Читать книгу «Двойное проникновение (double penetration). Или записки юного негодяя» онлайн полностью📖 — Ивана Плахова — MyBook.
image

Трип №1

Холодно. Рядом равномерно гудит работающий движок. Ничего не вижу. Неужели мозг не может реконструировать изображение снаружи, вне тела? Ощупываю себя. Я другой, не совсем человек: длинные мускулистые руки, как у орангутанга, мощное тело, прикрытое броней, наголо бритая голова, на тыльной стороне правой ладони – печать, выпуклая свастика в круге; такая же на лбу, между бровями. На голове по бокам – отростки имплантатов-сенсоров, что-то вроде кошачьих усов.

Часть моей новой личности поглотила меня.

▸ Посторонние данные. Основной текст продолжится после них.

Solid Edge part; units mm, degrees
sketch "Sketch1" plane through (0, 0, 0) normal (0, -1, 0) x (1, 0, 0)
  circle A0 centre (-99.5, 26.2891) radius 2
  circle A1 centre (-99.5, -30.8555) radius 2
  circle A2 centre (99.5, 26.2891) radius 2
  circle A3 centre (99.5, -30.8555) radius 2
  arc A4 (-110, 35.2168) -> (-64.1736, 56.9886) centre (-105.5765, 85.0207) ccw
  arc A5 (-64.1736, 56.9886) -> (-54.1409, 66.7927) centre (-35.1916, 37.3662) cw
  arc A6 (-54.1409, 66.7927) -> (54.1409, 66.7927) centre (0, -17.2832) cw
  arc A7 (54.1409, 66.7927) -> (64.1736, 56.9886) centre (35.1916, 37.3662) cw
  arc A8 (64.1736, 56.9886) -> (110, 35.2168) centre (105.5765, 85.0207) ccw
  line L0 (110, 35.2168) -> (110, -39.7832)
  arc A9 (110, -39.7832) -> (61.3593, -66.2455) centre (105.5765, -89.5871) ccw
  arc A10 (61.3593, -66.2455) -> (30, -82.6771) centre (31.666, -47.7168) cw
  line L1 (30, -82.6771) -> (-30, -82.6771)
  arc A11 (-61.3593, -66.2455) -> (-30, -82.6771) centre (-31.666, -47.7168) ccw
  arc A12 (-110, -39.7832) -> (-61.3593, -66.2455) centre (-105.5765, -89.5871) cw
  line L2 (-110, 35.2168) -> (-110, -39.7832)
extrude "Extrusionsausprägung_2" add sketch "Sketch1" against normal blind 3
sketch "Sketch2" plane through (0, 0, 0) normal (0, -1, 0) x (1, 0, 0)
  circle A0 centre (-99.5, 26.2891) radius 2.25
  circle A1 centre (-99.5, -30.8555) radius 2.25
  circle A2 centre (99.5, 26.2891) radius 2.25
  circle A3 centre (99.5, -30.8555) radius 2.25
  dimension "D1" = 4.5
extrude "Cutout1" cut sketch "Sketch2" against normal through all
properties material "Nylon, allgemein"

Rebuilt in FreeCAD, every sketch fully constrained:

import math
import FreeCAD as App
import Part
import Sketcher
from FreeCAD import Vector
Q = App.Units.Quantity

doc = App.newDocument("Part")
params = doc.addObject("Spreadsheet::Sheet", "Params")
for row, (alias, value) in enumerate([
    ("sketch1_diameter", "4 mm"),
    ("sketch1_radius", "50 mm"),
    ("sketch1_radius2", "35 mm"),
    ("sketch1_radius3", "100 mm"),
    ("sketch1_width", "60 mm"),
    ("pad1_length", "3 mm"),
    ("sketch2_diameter", "4.5 mm"),
], start=1):
    params.set(f"A{row}", alias)
    params.set(f"B{row}", "=" + value)
    params.setAlias(f"B{row}", alias)

body = doc.addObject("PartDesign::Body", "Body")

# Sketch on XZ plane
sketch1 = body.newObject("Sketcher::SketchObject", "Sketch")
sketch1.AttachmentSupport = (doc.getObject("XZ_Plane"), [""])
sketch1.MapMode = "FlatFace"
sketch1.addGeometry(Part.ArcOfCircle(Part.Circle(Vector(-105.6, 85, 0), Vector(0, 0, 1), 50), math.radians(-95), math.radians(-34)), False)
sketch1.addGeometry(Part.LineSegment(Vector(-110, 35.2, 0), Vector(-110, -39.8, 0)), False)
sketch1.addGeometry(Part.ArcOfCircle(Part.Circle(Vector(-105.6, -89.6, 0), Vector(0, 0, 1), 50), math.radians(28), math.radians(95)), False)
sketch1.addGeometry(Part.ArcOfCircle(Part.Circle(Vector(-31.7, -47.7, 0), Vector(0, 0, 1), 35), math.radians(-148), math.radians(-87)), False)
sketch1.addGeometry(Part.LineSegment(Vector(-30, -82.7, 0), Vector(30, -82.7, 0)), False)
sketch1.addGeometry(Part.ArcOfCircle(Part.Circle(Vector(31.7, -47.7, 0), Vector(0, 0, 1), 35), math.radians(-93), math.radians(-32)), False)
sketch1.addGeometry(Part.ArcOfCircle(Part.Circle(Vector(105.6, -89.6, 0), Vector(0, 0, 1), 50), math.radians(85), math.radians(152)), False)
sketch1.addGeometry(Part.LineSegment(Vector(110, -39.8, 0), Vector(110, 35.2, 0)), False)
sketch1.addGeometry(Part.ArcOfCircle(Part.Circle(Vector(105.6, 85, 0), Vector(0, 0, 1), 50), math.radians(-146), math.radians(-85)), False)
sketch1.addGeometry(Part.ArcOfCircle(Part.Circle(Vector(35.2, 37.4, 0), Vector(0, 0, 1), 35), math.radians(34), math.radians(57)), False)
sketch1.addGeometry(Part.ArcOfCircle(Part.Circle(Vector(0, -17.3, 0), Vector(0, 0, 1), 100), math.radians(57), math.radians(123)), False)
sketch1.addGeometry(Part.ArcOfCircle(Part.Circle(Vector(-35.2, 37.4, 0), Vector(0, 0, 1), 35), math.radians(123), math.radians(146)), False)
sketch1.addGeometry(Part.Circle(Vector(-99.5, -30.9, 0), Vector(0, 0, 1), 2), False)
sketch1.addGeometry(Part.Circle(Vector(99.5, -30.9, 0), Vector(0, 0, 1), 2), False)
sketch1.addGeometry(Part.Circle(Vector(-99.5, 26.3, 0), Vector(0, 0, 1), 2), False)
sketch1.addGeometry(Part.Circle(Vector(99.5, 26.3, 0), Vector(0, 0, 1), 2), False)
sketch1.addConstraint(Sketcher.Constraint("Coincident", 0, 1, 1, 1))
sketch1.addConstraint(Sketcher.Constraint("Coincident", 1, 2, 2, 2))
sketch1.addConstraint(Sketcher.Constraint("Coincident", 2, 1, 3, 1))
sketch1.addConstraint(Sketcher.Constraint("Coincident", 3, 2, 4, 1))
sketch1.addConstraint(Sketcher.Constraint("Coincident", 4, 2, 5, 1))
sketch1.addConstraint(Sketcher.Constraint("Coincident", 5, 2, 6, 2))
sketch1.addConstraint(Sketcher.Constraint("Coincident", 6, 1, 7, 1))
sketch1.addConstraint(Sketcher.Constraint("Coincident", 7, 2, 8, 2))
sketch1.addConstraint(Sketcher.Constraint("Tangent", 8, 1, 9, 1))
sketch1.addConstraint(Sketcher.Constraint("Tangent", 9, 2, 10, 1))
sketch1.addConstraint(Sketcher.Constraint("Tangent", 10, 2, 11, 1))
sketch1.addConstraint(Sketcher.Constraint("Tangent", 11, 2, 0, 2))
sketch1.addConstraint(Sketcher.Constraint("Vertical", 1))
sketch1.addConstraint(Sketcher.Constraint("Horizontal", 4))
sketch1.addConstraint(Sketcher.Constraint("Vertical", 7))
sketch1.addConstraint(Sketcher.Constraint("Equal", 0, 2))
sketch1.addConstraint(Sketcher.Constraint("Equal", 3, 5))
sketch1.addConstraint(Sketcher.Constraint("Equal", 2, 6))
sketch1.addConstraint(Sketcher.Constraint("Equal", 6, 8))
sketch1.addConstraint(Sketcher.Constraint("Equal", 5, 9))
sketch1.addConstraint(Sketcher.Constraint("Equal", 9, 11))
sketch1.addConstraint(Sketcher.Constraint("Equal", 12, 13))
sketch1.addConstraint(Sketcher.Constraint("Equal", 13, 14))
sketch1.addConstraint(Sketcher.Constraint("Equal", 14, 15))
sketch1.addConstraint(Sketcher.Constraint("Symmetric", 3, 3, 5, 3, -2))
sketch1.addConstraint(Sketcher.Constraint("Symmetric", 2, 3, 6, 3, -2))
sketch1.addConstraint(Sketcher.Constraint("Symmetric", 0, 3, 8, 3, -2))
sketch1.addConstraint(Sketcher.Constraint("Symmetric", 12, 3, 13, 3, -2))
sketch1.addConstraint(Sketcher.Constraint("Symmetric", 14, 3, 15, 3, -2))
sketch1.addConstraint(Sketcher.Constraint("PointOnObject", 10, 3, -2))
sketch1.addConstraint(Sketcher.Constraint("Horizontal", 1, 2, 6, 1))
sketch1.addConstraint(Sketcher.Constraint("Vertical", 0, 3, 2, 3))
sketch1.addConstraint(Sketcher.Constraint("Vertical", 12, 3, 14, 3))
sketch1.addConstraint(Sketcher.Constraint("Diameter", 12, Q("4 mm")))
sketch1.addConstraint(Sketcher.Constraint("Radius", 0, Q("50 mm")))
sketch1.addConstraint(Sketcher.Constraint("Radius", 3, Q("35 mm")))
sketch1.addConstraint(Sketcher.Constraint("Radius", 10, Q("100 mm")))
sketch1.addConstraint(Sketcher.Constraint("DistanceX", 4, 1, 4, 2, Q("60 mm")))
sketch1.addConstraint(Sketcher.Constraint("DistanceY", 1, 2, 1, 1, Q("75 mm")))
sketch1.addConstraint(Sketcher.Constraint("DistanceX", 0, 1, -1, 1, Q("110 mm")))
sketch1.addConstraint(Sketcher.Constraint("DistanceX", 12, 3, -1, 1, Q("99.5 mm")))
sketch1.addConstraint(Sketcher.Constraint("DistanceY", 2, 1, 12, 3, Q("35.39 mm")))
sketch1.addConstraint(Sketcher.Constraint("DistanceY", 2, 3, 3, 2, Q("6.91 mm")))
sketch1.addConstraint(Sketcher.Constraint("DistanceY", 2, 3, -1, 1, Q("89.587 mm")))
sketch1.addConstraint(Sketcher.Constraint("DistanceX", 3, 3, -1, 1, Q("31.666 mm")))
sketch1.addConstraint(Sketcher.Constraint("DistanceY", -1, 1, 14, 3, Q("26.289 mm")))
sketch1.addConstraint(Sketcher.Constraint("DistanceX", -1, 1, 9, 2, Q("54.141 mm")))
sketch1.addConstraint(Sketcher.Constraint("DistanceX", 2, 3, 6, 3, Q("211.153 mm")))
sketch1.setExpression("Constraints[33]", "Params.sketch1_diameter")
sketch1.setExpression("Constraints[34]", "Params.sketch1_radius")
sketch1.setExpression("Constraints[35]", "Params.sketch1_radius2")
sketch1.setExpression("Constraints[36]", "Params.sketch1_radius3")
sketch1.setExpression("Constraints[37]", "Params.sketch1_width")
pad1 = body.newObject("PartDesign::Pad", "Pad")
pad1.Profile = sketch1
pad1.setExpression("Length", "Params.pad1_length")
pad1.Reversed = True

# Sketch on XZ plane
sketch2 = body.newObject("Sketcher::SketchObject", "Sketch001")
sketch2.AttachmentSupport = (doc.getObject("XZ_Plane"), [""])
sketch2.MapMode = "FlatFace"
sketch2.addGeometry(Part.Circle(Vector(-99.5, 26.3, 0), Vector(0, 0, 1), 2.2), False)
sketch2.addGeometry(Part.Circle(Vector(-99.5, -30.9, 0), Vector(0, 0, 1), 2.2), False)
sketch2.addGeometry(Part.Circle(Vector(99.5, 26.3, 0), Vector(0, 0, 1), 2.2), False)
sketch2.addGeometry(Part.Circle(Vector(99.5, -30.9, 0), Vector(0, 0, 1), 2.2), False)
sketch2.addConstraint(Sketcher.Constraint("Equal", 0, 1))
sketch2.addConstraint(Sketcher.Constraint("Equal", 1, 2))
sketch2.addConstraint(Sketcher.Constraint("Equal", 2, 3))
sketch2.addConstraint(Sketcher.Constraint("Symmetric", 0, 3, 2, 3, -2))
sketch2.addConstraint(Sketcher.Constraint("Symmetric", 1, 3, 3, 3, -2))
sketch2.addConstraint(Sketcher.Constraint("Vertical", 0, 3, 1, 3))
sketch2.addConstraint(Sketcher.Constraint("Diameter", 0, Q("4.5 mm")))
sketch2.addConstraint(Sketcher.Constraint("DistanceX", 0, 3, 2, 3, Q("199 mm")))
sketch2.addConstraint(Sketcher.Constraint("DistanceY", -1, 1, 0, 3, Q("26.289 mm")))
sketch2.addConstraint(Sketcher.Constraint("DistanceY", 1, 3, -1, 1, Q("30.8555 mm")))
sketch2.setExpression("Constraints[6]", "Params.sketch2_diameter")
pocket1 = body.newObject("PartDesign::Pocket", "Pocket")
pocket1.Profile = sketch2
pocket1.Type = "ThroughAll"

doc.recompute()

Я осознал, кто я и что тут делаю. Я должен уничтожать других, зачистить четвертый кластер. Другие – это порода людей, которые отличаются от Нормы в лучшую сторону, ставят себя выше нее. Часть сенсоров-имплантатов помогает мне ориентироваться в кромешной темноте, а часть – отличать других, я их просто чую. Они лучше меня, но тем хуже для них: я охотник. Я служу Норме, а Норма – часть того, что позволяет Рейху быть и оставаться неизменяемым и непобедимым. Норма – это больше чем религия, это образ жизни каждого арийца, любое отступление от нее губительно для всего мира. А мир устроен очень просто. Порядок превыше всего: во главе Рейха Фюрер – олицетворение Нормы; ему служит партия – каждый член отвечает за чистоту внедрения Нормы в жизнь; инструменты партии – армия и наука: армия защищает, а наука доказывает Норму; народ служит Норме верой и правдой, а охотники ищут тех, кто не соответствует Норме. Все просто. Мир без изъяна, как муравейник или улей. Девиз Рейха – равное общество с равными возможностями: все люди одинаковы

Сейчас я на задании – охочусь. И не один; явственно ощущаю рядом других, таких же, как и я, мобилизованных на охоту. Мы в техническом коридоре, проложенном рядом с машинным блоком, по периметру здания, в вечной мерзлоте. Местные используют коридор, чтобы нелегально перемещаться в разные секторы кластера. Все кластеры Рейха устроены одинаково: девять секторов, обнесенных общей стеной; девятый – командно-машинный – всегда в центре; остальные восемь – фабрично-жилые, продовольственные и транспортные – по периметру; их нумерация всегда одинакова, начинается в верхнем левом углу и идет по часовой стрелке. Мы в четвертом. Здесь живут научники.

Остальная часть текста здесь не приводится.